What the task asks
For the entries below, the result should be an exact transcription of the lines from the one with "#157=ORIENTED_EDGE('',*,*,#20,.T.);" up to and including the one with "END-ISO-10303-21;", and only those.

(Input data)

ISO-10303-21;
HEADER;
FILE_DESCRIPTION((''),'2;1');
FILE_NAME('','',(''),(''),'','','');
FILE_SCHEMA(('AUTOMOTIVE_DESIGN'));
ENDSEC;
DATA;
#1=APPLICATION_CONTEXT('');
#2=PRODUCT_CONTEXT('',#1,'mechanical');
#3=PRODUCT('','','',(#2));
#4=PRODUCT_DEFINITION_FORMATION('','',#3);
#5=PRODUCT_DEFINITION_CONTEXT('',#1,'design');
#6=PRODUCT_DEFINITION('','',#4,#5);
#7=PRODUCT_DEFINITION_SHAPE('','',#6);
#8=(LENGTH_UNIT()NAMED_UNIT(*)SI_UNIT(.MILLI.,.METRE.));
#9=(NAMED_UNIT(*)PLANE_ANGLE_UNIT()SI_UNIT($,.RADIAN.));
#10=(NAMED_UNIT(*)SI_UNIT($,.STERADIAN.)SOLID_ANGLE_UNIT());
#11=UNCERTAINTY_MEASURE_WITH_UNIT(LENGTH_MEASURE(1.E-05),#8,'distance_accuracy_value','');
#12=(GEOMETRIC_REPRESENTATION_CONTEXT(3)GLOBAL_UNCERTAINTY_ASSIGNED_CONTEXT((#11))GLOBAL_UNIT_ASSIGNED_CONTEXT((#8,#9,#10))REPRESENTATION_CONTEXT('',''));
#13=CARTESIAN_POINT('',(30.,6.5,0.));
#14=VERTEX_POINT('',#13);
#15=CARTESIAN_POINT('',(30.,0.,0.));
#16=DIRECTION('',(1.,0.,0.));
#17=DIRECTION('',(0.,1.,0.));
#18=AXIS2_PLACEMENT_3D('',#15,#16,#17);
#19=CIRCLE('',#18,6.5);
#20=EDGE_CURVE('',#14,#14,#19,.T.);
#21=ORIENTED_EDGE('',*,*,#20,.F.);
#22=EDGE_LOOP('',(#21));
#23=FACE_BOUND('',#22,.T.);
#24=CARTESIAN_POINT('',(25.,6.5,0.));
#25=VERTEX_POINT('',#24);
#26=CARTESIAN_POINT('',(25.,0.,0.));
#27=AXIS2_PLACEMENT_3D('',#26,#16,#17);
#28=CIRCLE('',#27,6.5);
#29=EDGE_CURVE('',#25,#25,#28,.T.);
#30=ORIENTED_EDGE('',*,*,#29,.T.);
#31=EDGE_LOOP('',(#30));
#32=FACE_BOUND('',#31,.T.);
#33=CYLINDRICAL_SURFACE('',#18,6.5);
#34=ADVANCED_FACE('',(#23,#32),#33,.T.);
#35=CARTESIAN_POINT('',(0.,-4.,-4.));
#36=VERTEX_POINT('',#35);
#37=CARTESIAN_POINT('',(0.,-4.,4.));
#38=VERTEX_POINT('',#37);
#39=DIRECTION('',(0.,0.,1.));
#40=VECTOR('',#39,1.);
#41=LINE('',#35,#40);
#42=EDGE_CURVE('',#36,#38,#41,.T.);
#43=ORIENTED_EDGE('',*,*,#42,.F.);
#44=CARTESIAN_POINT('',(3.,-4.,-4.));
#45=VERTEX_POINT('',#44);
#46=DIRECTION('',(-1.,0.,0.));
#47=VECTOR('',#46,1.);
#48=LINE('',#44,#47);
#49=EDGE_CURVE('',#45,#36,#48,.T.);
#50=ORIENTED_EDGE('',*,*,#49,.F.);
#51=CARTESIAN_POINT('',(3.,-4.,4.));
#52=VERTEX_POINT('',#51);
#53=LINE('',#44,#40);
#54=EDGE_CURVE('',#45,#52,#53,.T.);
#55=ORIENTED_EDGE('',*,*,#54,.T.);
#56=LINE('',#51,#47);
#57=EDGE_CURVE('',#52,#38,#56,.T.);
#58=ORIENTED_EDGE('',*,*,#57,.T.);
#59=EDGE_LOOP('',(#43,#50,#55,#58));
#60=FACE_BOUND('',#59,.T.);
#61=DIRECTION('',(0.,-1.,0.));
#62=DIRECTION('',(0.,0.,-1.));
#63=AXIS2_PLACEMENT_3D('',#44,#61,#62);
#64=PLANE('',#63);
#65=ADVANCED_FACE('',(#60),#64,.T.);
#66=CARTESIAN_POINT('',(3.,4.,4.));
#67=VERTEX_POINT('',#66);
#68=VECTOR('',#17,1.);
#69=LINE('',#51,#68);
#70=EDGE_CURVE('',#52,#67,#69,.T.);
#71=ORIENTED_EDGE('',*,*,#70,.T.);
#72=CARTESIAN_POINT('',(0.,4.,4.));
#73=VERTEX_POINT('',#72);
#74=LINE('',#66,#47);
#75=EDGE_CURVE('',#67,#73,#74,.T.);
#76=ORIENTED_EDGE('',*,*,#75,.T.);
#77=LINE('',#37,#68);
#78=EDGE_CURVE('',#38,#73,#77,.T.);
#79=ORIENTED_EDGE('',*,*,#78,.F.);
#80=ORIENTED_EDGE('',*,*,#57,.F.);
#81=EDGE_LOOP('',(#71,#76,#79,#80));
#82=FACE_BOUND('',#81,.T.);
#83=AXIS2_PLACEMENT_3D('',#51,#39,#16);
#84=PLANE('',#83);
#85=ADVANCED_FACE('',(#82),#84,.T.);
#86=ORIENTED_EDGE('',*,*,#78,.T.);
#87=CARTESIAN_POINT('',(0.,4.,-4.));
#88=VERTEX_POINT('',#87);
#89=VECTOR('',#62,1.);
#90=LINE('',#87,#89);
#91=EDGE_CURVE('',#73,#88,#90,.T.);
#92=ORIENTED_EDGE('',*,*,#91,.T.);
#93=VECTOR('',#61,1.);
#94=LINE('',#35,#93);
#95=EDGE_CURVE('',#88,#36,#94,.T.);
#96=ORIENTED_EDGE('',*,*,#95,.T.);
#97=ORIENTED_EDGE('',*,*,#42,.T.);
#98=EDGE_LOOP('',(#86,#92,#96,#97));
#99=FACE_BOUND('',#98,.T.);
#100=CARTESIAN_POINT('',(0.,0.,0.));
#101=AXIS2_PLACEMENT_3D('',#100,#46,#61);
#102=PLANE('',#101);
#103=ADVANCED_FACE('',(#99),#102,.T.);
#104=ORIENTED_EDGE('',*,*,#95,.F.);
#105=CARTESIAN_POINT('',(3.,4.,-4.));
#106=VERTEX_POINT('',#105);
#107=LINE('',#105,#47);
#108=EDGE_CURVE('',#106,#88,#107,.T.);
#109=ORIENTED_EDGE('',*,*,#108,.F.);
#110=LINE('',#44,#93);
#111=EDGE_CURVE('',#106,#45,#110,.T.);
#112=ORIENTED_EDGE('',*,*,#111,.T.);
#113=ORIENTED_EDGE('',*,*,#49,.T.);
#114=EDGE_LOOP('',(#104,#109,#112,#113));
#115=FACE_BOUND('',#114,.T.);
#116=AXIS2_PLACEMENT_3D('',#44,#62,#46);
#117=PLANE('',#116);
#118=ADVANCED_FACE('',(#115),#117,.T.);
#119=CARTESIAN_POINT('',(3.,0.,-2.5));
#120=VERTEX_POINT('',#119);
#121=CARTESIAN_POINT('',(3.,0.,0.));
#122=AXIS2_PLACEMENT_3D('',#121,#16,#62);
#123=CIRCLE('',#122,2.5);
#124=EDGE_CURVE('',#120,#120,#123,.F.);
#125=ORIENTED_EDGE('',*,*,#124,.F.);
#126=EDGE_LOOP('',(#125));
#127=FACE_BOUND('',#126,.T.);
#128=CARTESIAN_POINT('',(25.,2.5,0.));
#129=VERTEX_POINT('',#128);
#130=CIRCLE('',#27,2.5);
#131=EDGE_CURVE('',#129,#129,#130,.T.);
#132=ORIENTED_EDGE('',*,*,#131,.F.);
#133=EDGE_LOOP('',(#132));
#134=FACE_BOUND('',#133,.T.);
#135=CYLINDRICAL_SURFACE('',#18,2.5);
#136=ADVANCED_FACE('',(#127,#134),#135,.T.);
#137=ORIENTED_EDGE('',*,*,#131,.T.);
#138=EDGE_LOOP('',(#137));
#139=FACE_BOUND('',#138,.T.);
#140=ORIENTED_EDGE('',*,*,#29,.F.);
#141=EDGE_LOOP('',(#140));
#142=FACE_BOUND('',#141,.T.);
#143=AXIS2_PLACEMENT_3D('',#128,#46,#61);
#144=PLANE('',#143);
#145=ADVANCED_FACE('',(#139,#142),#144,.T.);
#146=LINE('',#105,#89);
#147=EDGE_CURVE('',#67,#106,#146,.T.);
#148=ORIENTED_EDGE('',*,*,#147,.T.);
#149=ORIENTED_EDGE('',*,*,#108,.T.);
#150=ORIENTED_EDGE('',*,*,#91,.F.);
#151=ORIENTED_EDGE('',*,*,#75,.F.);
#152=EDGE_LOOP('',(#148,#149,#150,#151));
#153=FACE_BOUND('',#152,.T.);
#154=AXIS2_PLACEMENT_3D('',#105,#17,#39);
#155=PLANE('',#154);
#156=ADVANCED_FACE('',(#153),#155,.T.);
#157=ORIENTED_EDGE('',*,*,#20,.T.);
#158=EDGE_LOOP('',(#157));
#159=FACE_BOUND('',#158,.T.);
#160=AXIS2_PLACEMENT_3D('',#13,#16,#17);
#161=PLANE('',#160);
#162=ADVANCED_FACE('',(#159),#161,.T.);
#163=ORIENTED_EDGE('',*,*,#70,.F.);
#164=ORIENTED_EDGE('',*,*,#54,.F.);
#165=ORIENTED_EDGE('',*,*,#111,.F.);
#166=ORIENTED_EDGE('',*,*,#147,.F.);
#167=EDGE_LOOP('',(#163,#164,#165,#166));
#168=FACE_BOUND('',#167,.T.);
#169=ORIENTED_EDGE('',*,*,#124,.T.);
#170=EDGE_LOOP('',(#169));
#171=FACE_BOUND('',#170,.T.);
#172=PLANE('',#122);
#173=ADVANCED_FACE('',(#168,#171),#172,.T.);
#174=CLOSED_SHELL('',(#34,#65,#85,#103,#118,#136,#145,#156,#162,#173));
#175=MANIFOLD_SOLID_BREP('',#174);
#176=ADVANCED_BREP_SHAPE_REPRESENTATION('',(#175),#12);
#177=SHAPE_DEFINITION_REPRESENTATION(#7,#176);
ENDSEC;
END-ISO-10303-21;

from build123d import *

# Parameters (mm, degrees)
SKETCH_3_W      = 8
SKETCH_3_H      = 8
EXTRUDE_1_DEPTH = 3


with BuildPart() as part:
    # 草圖1 → 旋轉1 (revolve)
    with BuildSketch(Plane.XY):
        Polygon((0, 0), (0, 2.5), (25, 2.5), (25, 6.5), (30, 6.5), (30, 0), align=None)
    revolve(axis=Axis((30, 0, 0), (-1, 0, 0)))

    # 草圖3 → 填料-伸長1 (add)
    with BuildSketch(Plane.ZY):
        Rectangle(SKETCH_3_W, SKETCH_3_H)
    extrude(amount=-EXTRUDE_1_DEPTH)


solid = part.part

(End Input data)

Response to this task
#157=ORIENTED_EDGE('',*,*,#20,.T.);
#158=EDGE_LOOP('',(#157));
#159=FACE_BOUND('',#158,.T.);
#160=AXIS2_PLACEMENT_3D('',#13,#16,#17);
#161=PLANE('',#160);
#162=ADVANCED_FACE('',(#159),#161,.T.);
#163=ORIENTED_EDGE('',*,*,#70,.F.);
#164=ORIENTED_EDGE('',*,*,#54,.F.);
#165=ORIENTED_EDGE('',*,*,#111,.F.);
#166=ORIENTED_EDGE('',*,*,#147,.F.);
#167=EDGE_LOOP('',(#163,#164,#165,#166));
#168=FACE_BOUND('',#167,.T.);
#169=ORIENTED_EDGE('',*,*,#124,.T.);
#170=EDGE_LOOP('',(#169));
#171=FACE_BOUND('',#170,.T.);
#172=PLANE('',#122);
#173=ADVANCED_FACE('',(#168,#171),#172,.T.);
#174=CLOSED_SHELL('',(#34,#65,#85,#103,#118,#136,#145,#156,#162,#173));
#175=MANIFOLD_SOLID_BREP('',#174);
#176=ADVANCED_BREP_SHAPE_REPRESENTATION('',(#175),#12);
#177=SHAPE_DEFINITION_REPRESENTATION(#7,#176);
ENDSEC;
END-ISO-10303-21;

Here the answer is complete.